**AVAILABLE DATA**
◇ ◇ ◇

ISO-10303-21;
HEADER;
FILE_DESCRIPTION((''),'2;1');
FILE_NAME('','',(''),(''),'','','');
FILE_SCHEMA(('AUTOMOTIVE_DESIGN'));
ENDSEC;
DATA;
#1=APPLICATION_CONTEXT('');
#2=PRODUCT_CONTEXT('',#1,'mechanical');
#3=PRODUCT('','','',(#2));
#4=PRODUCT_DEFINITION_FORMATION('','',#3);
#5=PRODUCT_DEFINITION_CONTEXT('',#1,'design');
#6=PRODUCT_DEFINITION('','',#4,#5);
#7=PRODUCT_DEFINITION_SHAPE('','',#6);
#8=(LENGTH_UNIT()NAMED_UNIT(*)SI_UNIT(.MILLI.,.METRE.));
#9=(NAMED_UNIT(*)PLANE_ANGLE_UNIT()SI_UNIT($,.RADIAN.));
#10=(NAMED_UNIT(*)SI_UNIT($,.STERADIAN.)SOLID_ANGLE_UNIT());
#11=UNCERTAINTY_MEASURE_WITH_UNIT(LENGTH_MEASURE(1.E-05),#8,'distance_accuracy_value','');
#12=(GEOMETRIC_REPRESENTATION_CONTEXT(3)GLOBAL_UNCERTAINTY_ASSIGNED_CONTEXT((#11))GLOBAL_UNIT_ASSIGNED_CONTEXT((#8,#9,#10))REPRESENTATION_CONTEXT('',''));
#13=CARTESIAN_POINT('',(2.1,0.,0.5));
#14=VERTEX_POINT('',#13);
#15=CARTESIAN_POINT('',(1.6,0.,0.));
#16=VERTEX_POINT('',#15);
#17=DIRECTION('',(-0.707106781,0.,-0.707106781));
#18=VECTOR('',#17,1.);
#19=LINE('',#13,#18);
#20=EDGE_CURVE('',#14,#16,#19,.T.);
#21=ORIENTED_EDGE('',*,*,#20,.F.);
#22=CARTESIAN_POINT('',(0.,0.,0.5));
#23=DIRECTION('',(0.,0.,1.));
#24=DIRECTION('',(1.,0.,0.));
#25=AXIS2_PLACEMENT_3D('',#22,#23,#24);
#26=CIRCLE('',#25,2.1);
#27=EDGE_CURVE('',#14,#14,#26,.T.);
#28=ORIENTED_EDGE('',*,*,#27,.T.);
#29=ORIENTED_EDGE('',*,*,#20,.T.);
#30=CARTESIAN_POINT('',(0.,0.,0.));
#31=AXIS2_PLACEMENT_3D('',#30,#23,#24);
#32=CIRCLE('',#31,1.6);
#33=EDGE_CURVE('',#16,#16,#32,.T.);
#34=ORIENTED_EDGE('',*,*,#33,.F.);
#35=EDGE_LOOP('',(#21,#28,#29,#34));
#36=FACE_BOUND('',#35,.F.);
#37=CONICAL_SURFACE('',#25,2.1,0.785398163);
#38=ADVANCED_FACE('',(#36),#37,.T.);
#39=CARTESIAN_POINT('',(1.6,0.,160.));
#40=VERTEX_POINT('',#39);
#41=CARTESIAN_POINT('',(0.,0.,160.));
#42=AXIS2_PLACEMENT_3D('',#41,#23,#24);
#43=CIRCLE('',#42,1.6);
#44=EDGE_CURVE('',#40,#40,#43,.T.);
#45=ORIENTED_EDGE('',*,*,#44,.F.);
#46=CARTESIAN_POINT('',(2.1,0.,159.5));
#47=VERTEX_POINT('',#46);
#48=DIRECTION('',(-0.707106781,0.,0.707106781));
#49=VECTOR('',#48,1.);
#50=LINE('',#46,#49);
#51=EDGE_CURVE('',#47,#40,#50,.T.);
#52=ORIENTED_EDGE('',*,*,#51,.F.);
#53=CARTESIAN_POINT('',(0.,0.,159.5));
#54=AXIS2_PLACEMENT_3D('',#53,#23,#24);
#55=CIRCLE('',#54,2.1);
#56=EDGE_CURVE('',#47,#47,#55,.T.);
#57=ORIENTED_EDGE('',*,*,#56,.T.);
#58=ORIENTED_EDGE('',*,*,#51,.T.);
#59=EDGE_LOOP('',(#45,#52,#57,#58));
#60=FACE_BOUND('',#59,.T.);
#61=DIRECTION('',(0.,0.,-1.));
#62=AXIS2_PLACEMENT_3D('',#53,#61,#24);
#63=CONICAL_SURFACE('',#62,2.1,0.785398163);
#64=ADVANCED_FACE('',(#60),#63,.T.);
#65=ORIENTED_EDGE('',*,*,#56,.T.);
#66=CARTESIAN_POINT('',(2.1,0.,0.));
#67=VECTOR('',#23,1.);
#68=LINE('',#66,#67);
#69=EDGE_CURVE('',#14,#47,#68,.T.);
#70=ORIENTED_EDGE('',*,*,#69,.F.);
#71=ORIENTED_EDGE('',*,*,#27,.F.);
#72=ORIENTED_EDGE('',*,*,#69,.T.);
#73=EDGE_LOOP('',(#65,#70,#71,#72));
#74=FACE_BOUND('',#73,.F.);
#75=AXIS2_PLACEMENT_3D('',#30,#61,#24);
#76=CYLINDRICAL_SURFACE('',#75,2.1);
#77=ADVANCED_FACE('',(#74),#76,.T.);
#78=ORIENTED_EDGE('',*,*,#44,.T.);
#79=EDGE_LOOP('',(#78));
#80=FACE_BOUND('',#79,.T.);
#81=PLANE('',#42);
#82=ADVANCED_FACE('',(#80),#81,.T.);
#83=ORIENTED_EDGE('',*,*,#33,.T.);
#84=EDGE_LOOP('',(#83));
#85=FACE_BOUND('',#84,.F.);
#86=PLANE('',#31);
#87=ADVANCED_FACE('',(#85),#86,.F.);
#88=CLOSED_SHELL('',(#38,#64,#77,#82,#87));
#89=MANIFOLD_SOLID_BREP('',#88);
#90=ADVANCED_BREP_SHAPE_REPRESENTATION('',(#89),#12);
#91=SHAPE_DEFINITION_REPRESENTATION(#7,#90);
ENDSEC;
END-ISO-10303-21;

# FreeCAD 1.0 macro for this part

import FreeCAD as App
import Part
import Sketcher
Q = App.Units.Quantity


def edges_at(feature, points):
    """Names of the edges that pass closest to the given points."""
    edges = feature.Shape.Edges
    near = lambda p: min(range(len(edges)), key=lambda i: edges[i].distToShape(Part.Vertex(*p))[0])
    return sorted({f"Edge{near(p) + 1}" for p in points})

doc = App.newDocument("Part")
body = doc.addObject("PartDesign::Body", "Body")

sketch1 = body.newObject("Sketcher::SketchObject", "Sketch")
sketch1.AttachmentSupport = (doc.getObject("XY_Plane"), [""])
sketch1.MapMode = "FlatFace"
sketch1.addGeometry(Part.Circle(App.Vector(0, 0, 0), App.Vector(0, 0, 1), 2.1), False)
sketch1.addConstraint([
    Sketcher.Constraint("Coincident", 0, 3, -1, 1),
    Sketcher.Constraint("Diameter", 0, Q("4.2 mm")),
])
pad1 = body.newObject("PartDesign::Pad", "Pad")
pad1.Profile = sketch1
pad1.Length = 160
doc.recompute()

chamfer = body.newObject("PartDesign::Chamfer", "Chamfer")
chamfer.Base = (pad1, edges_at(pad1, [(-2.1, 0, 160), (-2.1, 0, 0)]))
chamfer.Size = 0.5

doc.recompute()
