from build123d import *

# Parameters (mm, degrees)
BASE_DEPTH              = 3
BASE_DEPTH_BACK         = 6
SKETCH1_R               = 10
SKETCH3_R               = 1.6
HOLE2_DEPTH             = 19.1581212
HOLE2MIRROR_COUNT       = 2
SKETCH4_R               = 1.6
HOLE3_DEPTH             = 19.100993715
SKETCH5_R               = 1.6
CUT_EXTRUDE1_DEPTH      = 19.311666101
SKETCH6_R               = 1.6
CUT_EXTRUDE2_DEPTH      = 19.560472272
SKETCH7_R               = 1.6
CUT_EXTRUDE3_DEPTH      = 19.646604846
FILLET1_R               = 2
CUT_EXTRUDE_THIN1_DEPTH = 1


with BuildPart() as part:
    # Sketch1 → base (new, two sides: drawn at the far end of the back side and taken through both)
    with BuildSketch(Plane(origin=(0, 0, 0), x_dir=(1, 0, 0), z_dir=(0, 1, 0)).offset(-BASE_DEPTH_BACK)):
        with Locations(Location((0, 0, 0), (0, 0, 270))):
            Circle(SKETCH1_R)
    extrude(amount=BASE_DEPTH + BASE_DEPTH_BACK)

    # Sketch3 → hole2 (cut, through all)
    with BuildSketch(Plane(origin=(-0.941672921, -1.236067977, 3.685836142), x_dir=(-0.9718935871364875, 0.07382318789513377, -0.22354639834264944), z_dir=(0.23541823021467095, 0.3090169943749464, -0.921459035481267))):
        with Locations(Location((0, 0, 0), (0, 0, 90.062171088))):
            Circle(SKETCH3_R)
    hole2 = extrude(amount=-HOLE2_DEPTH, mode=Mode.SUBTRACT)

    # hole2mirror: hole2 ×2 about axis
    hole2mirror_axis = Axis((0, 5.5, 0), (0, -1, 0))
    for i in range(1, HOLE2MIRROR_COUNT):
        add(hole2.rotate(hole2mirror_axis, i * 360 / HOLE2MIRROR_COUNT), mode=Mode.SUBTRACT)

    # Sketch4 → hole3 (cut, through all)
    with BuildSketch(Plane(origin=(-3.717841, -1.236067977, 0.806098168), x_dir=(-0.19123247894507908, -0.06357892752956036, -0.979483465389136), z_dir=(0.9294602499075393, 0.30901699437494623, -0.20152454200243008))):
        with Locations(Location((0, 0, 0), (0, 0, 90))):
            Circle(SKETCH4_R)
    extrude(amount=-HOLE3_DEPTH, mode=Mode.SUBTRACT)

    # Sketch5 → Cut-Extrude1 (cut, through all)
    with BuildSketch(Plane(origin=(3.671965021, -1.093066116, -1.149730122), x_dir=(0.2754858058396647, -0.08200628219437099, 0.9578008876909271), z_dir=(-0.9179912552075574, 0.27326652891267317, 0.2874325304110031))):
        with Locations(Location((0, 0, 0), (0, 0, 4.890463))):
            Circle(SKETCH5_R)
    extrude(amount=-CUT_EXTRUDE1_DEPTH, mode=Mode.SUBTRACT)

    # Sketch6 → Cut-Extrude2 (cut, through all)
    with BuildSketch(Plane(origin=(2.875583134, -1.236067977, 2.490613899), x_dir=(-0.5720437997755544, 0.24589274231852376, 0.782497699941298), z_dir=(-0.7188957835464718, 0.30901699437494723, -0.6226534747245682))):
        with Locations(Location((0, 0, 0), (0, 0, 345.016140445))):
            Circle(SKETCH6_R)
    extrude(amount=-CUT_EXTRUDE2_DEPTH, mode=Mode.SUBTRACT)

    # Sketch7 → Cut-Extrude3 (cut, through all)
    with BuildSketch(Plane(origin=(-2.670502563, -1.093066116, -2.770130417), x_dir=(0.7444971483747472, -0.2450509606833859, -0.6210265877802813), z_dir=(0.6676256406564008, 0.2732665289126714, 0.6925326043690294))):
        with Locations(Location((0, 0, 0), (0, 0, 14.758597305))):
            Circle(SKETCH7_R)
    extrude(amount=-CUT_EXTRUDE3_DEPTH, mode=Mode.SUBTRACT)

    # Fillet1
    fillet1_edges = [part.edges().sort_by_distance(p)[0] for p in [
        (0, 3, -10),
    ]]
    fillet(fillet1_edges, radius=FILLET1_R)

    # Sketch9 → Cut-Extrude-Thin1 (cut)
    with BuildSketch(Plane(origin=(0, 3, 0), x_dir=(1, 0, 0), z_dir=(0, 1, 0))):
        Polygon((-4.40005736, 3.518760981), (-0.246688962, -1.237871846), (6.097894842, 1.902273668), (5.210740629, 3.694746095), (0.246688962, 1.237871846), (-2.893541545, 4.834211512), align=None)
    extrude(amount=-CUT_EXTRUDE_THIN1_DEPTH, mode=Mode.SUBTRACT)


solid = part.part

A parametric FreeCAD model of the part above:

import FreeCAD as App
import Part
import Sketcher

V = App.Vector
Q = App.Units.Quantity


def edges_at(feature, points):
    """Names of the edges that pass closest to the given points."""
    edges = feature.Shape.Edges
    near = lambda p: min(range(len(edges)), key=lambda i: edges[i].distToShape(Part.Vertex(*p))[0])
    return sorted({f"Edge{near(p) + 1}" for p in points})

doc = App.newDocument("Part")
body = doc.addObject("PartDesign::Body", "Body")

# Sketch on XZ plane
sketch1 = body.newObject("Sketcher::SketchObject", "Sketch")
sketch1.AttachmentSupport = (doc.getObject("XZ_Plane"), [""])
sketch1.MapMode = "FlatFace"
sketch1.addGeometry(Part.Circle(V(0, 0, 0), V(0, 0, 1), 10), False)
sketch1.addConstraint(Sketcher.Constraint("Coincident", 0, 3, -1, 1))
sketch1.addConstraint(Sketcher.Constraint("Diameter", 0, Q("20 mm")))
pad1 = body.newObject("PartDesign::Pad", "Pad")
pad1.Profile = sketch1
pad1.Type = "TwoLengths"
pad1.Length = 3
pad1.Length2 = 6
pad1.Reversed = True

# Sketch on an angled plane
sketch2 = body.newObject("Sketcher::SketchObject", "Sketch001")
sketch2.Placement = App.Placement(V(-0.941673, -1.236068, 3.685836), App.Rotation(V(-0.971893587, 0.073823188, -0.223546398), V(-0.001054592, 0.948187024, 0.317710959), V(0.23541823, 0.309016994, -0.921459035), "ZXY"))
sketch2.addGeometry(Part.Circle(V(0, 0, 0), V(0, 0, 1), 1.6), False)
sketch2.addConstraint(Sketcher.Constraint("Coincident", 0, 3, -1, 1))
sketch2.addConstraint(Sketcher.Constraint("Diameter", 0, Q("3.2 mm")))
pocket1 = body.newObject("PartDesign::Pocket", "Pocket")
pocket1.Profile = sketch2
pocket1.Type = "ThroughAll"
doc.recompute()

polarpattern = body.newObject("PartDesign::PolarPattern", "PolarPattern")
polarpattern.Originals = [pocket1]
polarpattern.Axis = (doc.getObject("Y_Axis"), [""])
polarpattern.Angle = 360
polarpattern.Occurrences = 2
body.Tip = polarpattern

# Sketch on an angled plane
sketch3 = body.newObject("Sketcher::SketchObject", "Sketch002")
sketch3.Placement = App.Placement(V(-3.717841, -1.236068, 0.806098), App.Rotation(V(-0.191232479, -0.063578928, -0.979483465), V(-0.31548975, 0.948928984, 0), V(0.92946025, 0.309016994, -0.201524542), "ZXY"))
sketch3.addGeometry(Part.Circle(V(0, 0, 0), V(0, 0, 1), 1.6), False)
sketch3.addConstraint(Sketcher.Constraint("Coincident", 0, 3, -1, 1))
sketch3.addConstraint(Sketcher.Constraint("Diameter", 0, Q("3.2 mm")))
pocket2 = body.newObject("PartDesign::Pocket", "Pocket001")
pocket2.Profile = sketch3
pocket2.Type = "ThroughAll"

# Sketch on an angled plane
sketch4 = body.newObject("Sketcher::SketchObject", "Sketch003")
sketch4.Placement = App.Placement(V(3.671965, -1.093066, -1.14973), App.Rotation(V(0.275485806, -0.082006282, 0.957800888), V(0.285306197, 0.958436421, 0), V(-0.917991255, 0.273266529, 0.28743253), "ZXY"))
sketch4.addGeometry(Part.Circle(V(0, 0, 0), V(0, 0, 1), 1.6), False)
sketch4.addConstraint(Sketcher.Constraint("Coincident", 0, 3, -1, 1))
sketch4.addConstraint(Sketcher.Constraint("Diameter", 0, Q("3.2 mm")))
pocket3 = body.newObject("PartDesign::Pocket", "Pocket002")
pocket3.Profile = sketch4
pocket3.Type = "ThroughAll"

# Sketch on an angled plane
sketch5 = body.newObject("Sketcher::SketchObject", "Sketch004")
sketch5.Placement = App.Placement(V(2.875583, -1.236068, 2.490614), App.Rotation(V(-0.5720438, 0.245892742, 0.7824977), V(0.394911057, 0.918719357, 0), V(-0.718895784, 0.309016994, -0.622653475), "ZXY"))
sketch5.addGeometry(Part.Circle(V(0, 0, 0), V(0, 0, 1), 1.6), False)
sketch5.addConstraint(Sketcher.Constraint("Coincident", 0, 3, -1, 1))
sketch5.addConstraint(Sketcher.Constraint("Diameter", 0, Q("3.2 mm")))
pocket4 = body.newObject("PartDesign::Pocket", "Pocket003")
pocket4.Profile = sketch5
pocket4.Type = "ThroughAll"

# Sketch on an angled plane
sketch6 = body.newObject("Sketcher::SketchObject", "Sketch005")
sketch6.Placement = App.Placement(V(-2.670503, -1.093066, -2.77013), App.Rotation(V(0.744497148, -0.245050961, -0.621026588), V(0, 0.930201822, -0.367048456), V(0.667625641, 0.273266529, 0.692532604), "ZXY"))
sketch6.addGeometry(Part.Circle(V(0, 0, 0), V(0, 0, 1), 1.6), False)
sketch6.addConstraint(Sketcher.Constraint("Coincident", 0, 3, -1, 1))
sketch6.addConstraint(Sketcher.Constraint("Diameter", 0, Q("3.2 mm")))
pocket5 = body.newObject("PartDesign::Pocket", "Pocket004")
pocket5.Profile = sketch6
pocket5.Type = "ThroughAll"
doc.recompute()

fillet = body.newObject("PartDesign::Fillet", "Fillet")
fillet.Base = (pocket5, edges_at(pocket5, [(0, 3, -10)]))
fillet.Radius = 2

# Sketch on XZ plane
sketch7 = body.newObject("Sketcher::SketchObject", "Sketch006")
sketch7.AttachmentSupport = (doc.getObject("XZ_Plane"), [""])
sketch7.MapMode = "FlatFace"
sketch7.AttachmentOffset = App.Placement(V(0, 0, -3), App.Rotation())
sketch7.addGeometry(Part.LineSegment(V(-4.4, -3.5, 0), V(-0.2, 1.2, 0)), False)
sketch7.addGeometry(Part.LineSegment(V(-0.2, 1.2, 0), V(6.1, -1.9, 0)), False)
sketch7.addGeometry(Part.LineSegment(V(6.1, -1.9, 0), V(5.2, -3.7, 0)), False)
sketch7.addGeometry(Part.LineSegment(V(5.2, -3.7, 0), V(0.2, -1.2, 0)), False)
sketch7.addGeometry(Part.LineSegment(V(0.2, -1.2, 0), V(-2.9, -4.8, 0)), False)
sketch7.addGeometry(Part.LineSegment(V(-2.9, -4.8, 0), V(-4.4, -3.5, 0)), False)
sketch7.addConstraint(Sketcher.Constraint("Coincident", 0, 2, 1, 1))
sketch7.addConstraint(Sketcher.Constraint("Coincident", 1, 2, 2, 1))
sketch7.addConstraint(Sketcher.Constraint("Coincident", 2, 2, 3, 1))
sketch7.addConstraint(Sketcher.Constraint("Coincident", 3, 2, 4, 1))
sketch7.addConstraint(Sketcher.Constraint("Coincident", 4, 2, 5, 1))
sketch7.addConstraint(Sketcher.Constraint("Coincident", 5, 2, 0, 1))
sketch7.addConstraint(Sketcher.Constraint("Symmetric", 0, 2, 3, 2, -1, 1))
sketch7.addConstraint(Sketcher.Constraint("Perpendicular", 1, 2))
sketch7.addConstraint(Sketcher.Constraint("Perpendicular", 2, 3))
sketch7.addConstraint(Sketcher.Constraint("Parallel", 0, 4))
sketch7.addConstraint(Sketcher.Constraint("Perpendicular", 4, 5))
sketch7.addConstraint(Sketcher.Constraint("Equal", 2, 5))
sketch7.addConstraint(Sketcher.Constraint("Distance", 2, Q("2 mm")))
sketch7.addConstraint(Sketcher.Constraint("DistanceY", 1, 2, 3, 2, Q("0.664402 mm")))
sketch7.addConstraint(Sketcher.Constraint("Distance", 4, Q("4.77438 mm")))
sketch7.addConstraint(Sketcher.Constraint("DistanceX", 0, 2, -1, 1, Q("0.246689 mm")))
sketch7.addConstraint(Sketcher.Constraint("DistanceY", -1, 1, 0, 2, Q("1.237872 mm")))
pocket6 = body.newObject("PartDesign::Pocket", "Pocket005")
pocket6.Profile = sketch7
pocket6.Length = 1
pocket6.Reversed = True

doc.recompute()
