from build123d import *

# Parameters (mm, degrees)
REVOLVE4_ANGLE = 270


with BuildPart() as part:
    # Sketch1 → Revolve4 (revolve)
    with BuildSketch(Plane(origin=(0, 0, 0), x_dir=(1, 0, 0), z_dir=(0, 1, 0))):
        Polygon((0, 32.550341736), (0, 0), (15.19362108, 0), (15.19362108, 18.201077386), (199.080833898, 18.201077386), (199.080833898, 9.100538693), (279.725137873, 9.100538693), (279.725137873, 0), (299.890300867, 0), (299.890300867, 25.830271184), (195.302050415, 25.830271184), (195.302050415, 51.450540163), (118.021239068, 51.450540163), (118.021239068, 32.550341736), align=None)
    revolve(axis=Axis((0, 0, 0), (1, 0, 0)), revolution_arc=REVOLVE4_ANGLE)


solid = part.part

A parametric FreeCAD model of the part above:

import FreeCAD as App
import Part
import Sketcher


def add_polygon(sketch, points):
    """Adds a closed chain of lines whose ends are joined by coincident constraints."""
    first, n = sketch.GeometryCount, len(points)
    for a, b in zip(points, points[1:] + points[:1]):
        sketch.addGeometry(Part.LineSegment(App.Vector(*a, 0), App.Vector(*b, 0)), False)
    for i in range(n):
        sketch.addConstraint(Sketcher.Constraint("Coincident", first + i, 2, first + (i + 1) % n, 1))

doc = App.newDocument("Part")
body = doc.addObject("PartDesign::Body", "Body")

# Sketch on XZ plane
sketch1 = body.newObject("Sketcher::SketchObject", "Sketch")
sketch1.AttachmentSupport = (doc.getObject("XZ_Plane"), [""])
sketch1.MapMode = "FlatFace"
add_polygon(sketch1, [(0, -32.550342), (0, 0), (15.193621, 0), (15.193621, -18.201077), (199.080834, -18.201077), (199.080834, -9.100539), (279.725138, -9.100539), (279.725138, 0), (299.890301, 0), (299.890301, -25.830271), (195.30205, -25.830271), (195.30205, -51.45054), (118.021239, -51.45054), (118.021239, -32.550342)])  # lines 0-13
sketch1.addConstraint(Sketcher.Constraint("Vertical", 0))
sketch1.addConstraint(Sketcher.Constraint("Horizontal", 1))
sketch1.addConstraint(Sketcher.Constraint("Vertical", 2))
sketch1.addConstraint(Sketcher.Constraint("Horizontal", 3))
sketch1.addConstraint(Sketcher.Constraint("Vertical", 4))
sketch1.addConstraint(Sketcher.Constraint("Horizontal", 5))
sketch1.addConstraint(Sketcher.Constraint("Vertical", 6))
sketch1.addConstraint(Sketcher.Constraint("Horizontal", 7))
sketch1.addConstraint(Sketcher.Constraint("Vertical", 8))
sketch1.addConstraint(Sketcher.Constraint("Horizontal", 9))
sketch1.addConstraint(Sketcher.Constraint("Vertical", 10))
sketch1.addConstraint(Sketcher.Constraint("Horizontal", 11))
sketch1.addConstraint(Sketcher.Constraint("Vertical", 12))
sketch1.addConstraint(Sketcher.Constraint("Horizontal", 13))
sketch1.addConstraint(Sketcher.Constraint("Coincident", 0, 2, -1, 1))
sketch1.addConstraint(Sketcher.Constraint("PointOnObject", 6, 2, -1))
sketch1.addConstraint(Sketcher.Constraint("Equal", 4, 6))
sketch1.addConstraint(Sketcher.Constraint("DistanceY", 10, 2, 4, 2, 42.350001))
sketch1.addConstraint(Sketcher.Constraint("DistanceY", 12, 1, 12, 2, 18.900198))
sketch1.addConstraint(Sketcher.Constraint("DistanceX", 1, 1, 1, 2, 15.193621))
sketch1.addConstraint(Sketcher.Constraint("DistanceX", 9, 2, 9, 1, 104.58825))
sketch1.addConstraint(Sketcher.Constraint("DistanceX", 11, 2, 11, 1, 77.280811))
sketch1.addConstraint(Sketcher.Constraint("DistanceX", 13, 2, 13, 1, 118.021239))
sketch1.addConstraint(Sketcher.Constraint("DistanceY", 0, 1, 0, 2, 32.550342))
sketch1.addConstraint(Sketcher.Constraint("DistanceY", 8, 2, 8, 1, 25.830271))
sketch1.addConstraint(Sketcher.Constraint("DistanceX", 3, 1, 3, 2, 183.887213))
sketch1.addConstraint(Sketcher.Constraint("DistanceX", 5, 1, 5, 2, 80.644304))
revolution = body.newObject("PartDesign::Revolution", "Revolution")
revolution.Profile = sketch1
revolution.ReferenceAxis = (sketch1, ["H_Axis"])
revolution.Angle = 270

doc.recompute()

◇ ◇ ◇

**WHAT IS EXPECTED**
Copy range, inclusive: the line holding "#4=PRODUCT_DEFINITION_FORMATION('','',#3);" to the line holding "#10=(NAMED_UNIT(*)SI_UNIT($,.STERADIAN.)SOLID_ANGLE_UNIT());". Reproduce exactly those lines of the records above and no others.

**TASK RESPONSE**
#4=PRODUCT_DEFINITION_FORMATION('','',#3);
#5=PRODUCT_DEFINITION_CONTEXT('',#1,'design');
#6=PRODUCT_DEFINITION('','',#4,#5);
#7=PRODUCT_DEFINITION_SHAPE('','',#6);
#8=(LENGTH_UNIT()NAMED_UNIT(*)SI_UNIT(.MILLI.,.METRE.));
#9=(NAMED_UNIT(*)PLANE_ANGLE_UNIT()SI_UNIT($,.RADIAN.));
#10=(NAMED_UNIT(*)SI_UNIT($,.STERADIAN.)SOLID_ANGLE_UNIT());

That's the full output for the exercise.